Some generalities apply, but in the end, it's a seat of the pants thing -- what feels right in terms of how you apply power through the oars and how your body feels after a day rowing. Pick a starting point and be ready to tinker with things until you feel you're optimal.

FWIW.

Rich Phillips


----------



## MT4Runner (Apr 6, 2012)

11' oars is a lot of length to swing. I wouldn't recommend them unless you've got long arms.

I'm 6'-6" and am happy with 10' oars with my 16' raft and 72" wide frame.


----------



## NorthernAZ (Apr 4, 2011)

I went with 10' oars on my 66" wide frame and 8" towers. They work great on mellow rivers but really got my attention when the Colorado wanted to pull me out of my seat.


----------



## Avatard (Apr 29, 2011)

MT4Runner said:


> 11' oars is a lot of length to swing. I wouldn't recommend them unless you've got long arms.
> 
> I'm 6'-6" and am happy with 10' oars with my 16' raft and 72" wide frame.


I disagree. The additional 1' outside of the locks does mean the oars have to move through the water more during the stroke. But the inertia of the oar and blade (for cataracts, at least) is small compared to the force you generate during rowing.  A short armed rower will actually get more oar travel with a longer shaft since the arc is longer.
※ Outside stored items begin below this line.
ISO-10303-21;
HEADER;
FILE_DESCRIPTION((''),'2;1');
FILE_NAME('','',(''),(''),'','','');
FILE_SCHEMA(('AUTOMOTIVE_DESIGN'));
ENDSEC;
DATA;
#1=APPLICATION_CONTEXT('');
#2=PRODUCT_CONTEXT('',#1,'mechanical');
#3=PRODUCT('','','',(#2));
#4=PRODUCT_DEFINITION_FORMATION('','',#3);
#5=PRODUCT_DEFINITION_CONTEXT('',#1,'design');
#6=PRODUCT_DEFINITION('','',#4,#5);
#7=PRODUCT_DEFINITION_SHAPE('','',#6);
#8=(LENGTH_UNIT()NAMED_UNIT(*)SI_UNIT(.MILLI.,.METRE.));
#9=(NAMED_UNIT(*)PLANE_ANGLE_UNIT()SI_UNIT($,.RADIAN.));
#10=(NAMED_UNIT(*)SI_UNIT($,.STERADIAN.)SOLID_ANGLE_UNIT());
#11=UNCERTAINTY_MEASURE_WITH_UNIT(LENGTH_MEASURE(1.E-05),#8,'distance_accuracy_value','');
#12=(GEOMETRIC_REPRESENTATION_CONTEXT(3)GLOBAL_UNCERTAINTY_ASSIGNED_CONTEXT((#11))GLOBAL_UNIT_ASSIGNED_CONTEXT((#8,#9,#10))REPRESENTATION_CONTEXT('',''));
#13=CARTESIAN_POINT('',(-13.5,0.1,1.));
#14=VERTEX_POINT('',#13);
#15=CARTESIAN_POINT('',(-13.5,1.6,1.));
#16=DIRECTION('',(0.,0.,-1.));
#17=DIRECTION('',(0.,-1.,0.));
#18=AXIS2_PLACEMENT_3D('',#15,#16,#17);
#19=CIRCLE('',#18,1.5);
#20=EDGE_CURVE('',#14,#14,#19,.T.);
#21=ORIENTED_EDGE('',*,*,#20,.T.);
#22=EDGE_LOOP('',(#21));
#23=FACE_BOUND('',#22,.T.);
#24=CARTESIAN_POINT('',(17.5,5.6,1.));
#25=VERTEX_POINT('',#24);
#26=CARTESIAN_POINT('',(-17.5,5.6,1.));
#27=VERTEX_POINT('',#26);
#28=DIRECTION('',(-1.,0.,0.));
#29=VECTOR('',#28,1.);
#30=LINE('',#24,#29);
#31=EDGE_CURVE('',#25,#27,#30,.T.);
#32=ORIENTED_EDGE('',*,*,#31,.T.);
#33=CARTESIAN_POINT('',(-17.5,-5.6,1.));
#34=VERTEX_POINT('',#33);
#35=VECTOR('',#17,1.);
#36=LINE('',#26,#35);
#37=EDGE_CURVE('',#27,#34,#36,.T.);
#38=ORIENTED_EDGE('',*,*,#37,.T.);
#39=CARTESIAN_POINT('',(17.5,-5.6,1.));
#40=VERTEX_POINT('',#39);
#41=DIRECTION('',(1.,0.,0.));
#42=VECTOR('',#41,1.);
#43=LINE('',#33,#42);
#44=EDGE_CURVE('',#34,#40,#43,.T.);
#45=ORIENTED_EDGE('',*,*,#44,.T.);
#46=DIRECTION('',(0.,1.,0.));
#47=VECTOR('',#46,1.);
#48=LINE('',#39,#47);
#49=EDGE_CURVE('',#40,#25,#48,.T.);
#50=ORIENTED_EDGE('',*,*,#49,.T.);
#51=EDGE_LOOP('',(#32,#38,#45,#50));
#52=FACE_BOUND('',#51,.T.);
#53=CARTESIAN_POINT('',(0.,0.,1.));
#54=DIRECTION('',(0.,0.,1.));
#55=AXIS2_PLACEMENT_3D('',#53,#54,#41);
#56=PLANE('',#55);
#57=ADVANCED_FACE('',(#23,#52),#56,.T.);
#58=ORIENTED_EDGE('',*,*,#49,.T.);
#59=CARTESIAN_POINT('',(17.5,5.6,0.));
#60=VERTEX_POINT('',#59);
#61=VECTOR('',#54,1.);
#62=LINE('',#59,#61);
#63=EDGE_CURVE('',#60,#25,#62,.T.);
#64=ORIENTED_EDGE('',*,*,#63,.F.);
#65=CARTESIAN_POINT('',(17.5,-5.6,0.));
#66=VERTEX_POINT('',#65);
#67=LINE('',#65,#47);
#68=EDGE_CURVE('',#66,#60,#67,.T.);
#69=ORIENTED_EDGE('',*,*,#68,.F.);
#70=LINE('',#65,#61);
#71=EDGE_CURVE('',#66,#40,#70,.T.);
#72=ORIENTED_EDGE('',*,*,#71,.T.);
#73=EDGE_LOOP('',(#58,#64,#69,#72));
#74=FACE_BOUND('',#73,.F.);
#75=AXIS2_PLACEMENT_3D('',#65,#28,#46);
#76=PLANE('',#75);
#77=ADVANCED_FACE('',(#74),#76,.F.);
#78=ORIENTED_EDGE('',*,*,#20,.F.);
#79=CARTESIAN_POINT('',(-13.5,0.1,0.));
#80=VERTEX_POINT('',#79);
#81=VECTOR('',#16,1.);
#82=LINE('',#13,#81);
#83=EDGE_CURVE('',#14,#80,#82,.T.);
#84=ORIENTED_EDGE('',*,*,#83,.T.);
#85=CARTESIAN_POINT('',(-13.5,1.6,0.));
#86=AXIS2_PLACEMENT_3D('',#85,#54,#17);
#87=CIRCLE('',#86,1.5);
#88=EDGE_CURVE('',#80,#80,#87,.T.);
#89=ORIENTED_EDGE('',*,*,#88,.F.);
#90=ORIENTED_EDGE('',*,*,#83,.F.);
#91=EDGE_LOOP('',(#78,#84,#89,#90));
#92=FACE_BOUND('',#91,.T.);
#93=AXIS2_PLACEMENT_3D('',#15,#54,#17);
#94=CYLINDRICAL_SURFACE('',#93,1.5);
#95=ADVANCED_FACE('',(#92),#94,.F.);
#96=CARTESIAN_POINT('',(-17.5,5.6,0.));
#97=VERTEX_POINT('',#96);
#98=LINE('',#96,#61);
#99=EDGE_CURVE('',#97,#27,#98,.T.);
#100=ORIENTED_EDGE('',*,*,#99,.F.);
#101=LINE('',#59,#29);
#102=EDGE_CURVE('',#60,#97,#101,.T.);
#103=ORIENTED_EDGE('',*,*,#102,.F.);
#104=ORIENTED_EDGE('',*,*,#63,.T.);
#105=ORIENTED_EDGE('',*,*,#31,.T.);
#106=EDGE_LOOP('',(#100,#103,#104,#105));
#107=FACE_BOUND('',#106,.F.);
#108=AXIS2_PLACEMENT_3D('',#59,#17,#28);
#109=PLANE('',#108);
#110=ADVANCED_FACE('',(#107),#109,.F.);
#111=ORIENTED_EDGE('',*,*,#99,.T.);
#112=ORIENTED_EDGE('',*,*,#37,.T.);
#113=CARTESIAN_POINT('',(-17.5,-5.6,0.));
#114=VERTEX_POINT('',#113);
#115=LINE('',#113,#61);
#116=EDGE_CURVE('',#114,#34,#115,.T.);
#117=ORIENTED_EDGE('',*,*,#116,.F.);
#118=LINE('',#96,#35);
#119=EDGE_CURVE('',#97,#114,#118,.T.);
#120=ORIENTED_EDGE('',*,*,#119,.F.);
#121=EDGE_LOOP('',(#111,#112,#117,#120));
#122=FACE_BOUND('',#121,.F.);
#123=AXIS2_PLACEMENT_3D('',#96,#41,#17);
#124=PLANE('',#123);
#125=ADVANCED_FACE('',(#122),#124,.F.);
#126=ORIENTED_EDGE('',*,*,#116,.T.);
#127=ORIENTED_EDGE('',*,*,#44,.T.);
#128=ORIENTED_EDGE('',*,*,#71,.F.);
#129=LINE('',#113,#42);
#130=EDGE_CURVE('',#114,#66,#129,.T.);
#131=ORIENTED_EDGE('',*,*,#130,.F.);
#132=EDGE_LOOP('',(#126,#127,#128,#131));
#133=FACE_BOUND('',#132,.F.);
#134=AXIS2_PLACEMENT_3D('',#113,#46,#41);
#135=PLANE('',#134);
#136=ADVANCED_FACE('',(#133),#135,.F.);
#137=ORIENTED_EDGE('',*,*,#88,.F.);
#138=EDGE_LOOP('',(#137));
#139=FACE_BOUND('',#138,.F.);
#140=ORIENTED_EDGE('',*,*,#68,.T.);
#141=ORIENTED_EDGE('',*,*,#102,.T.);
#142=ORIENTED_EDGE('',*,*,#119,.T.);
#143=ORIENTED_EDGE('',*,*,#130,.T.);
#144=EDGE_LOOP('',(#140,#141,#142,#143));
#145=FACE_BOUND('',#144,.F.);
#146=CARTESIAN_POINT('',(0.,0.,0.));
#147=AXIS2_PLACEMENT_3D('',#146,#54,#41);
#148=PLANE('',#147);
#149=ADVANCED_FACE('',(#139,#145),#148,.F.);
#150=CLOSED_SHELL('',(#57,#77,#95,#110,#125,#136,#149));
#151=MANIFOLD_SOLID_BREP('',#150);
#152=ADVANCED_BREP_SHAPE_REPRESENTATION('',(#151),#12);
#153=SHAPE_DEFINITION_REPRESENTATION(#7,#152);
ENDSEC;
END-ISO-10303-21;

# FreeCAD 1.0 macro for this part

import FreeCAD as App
import Part
import Sketcher
from FreeCAD import Vector


def add_polygon(sketch, points):
    """Adds a closed chain of lines whose ends are joined by coincident constraints."""
    first, n = sketch.GeometryCount, len(points)
    for a, b in zip(points, points[1:] + points[:1]):
        sketch.addGeometry(Part.LineSegment(App.Vector(*a, 0), App.Vector(*b, 0)), False)
    for i in range(n):
        sketch.addConstraint(Sketcher.Constraint("Coincident", first + i, 2, first + (i + 1) % n, 1))

doc = App.newDocument("Part")
body = doc.addObject("PartDesign::Body", "Body")

sketch1 = body.newObject("Sketcher::SketchObject", "Sketch")
sketch1.AttachmentSupport = (doc.getObject("XY_Plane"), [""])
sketch1.MapMode = "FlatFace"
add_polygon(sketch1, [(17.5, -5.6), (17.5, 5.6), (-17.5, 5.6), (-17.5, -5.6)])
sketch1.addConstraint(Sketcher.Constraint("Vertical", 0))
sketch1.addConstraint(Sketcher.Constraint("Horizontal", 1))
sketch1.addConstraint(Sketcher.Constraint("Vertical", 2))
sketch1.addConstraint(Sketcher.Constraint("Horizontal", 3))
sketch1.addConstraint(Sketcher.Constraint("Symmetric", 0, 2, 2, 2, -1, 1))
sketch1.addConstraint(Sketcher.Constraint("DistanceX", 1, 2, 1, 1, 35.0))
sketch1.addConstraint(Sketcher.Constraint("DistanceY", 0, 1, 0, 2, 11.2))
pad1 = body.newObject("PartDesign::Pad", "Pad")
pad1.Profile = sketch1
pad1.Length = 1

sketch2 = body.newObject("Sketcher::SketchObject", "Sketch001")
sketch2.AttachmentSupport = (doc.getObject("XY_Plane"), [""])
sketch2.MapMode = "FlatFace"
sketch2.AttachmentOffset = App.Placement(Vector(0, 0, 1), App.Rotation())
sketch2.addGeometry(Part.Circle(Vector(-13.5, 1.6, 0), Vector(0, 0, 1), 1.5), False)
sketch2.addConstraint(Sketcher.Constraint("Diameter", 0, 3.0))
sketch2.addConstraint(Sketcher.Constraint("DistanceX", 0, 3, -1, 1, 13.5))
sketch2.addConstraint(Sketcher.Constraint("DistanceY", -1, 1, 0, 3, 1.6))
doc.recompute()
hole = body.newObject("PartDesign::Hole", "Hole")
hole.Profile = sketch2
hole.ThreadType = "None"
hole.Diameter = 3
hole.DepthType = "ThroughAll"

doc.recompute()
If you are a weak armed rower, you can always feather the oar blade angle slightly to minimize the cross sectional area of the blade.

The only thing the extra foot may cause is down force fatigue if you are not in shape and dont use counterbalances. I used to be a fan but the extra weight makes it more difficult to quickly move the oars and there is the constant worry that at some point (catastrophic) you may lose your oar to the bottom of the river.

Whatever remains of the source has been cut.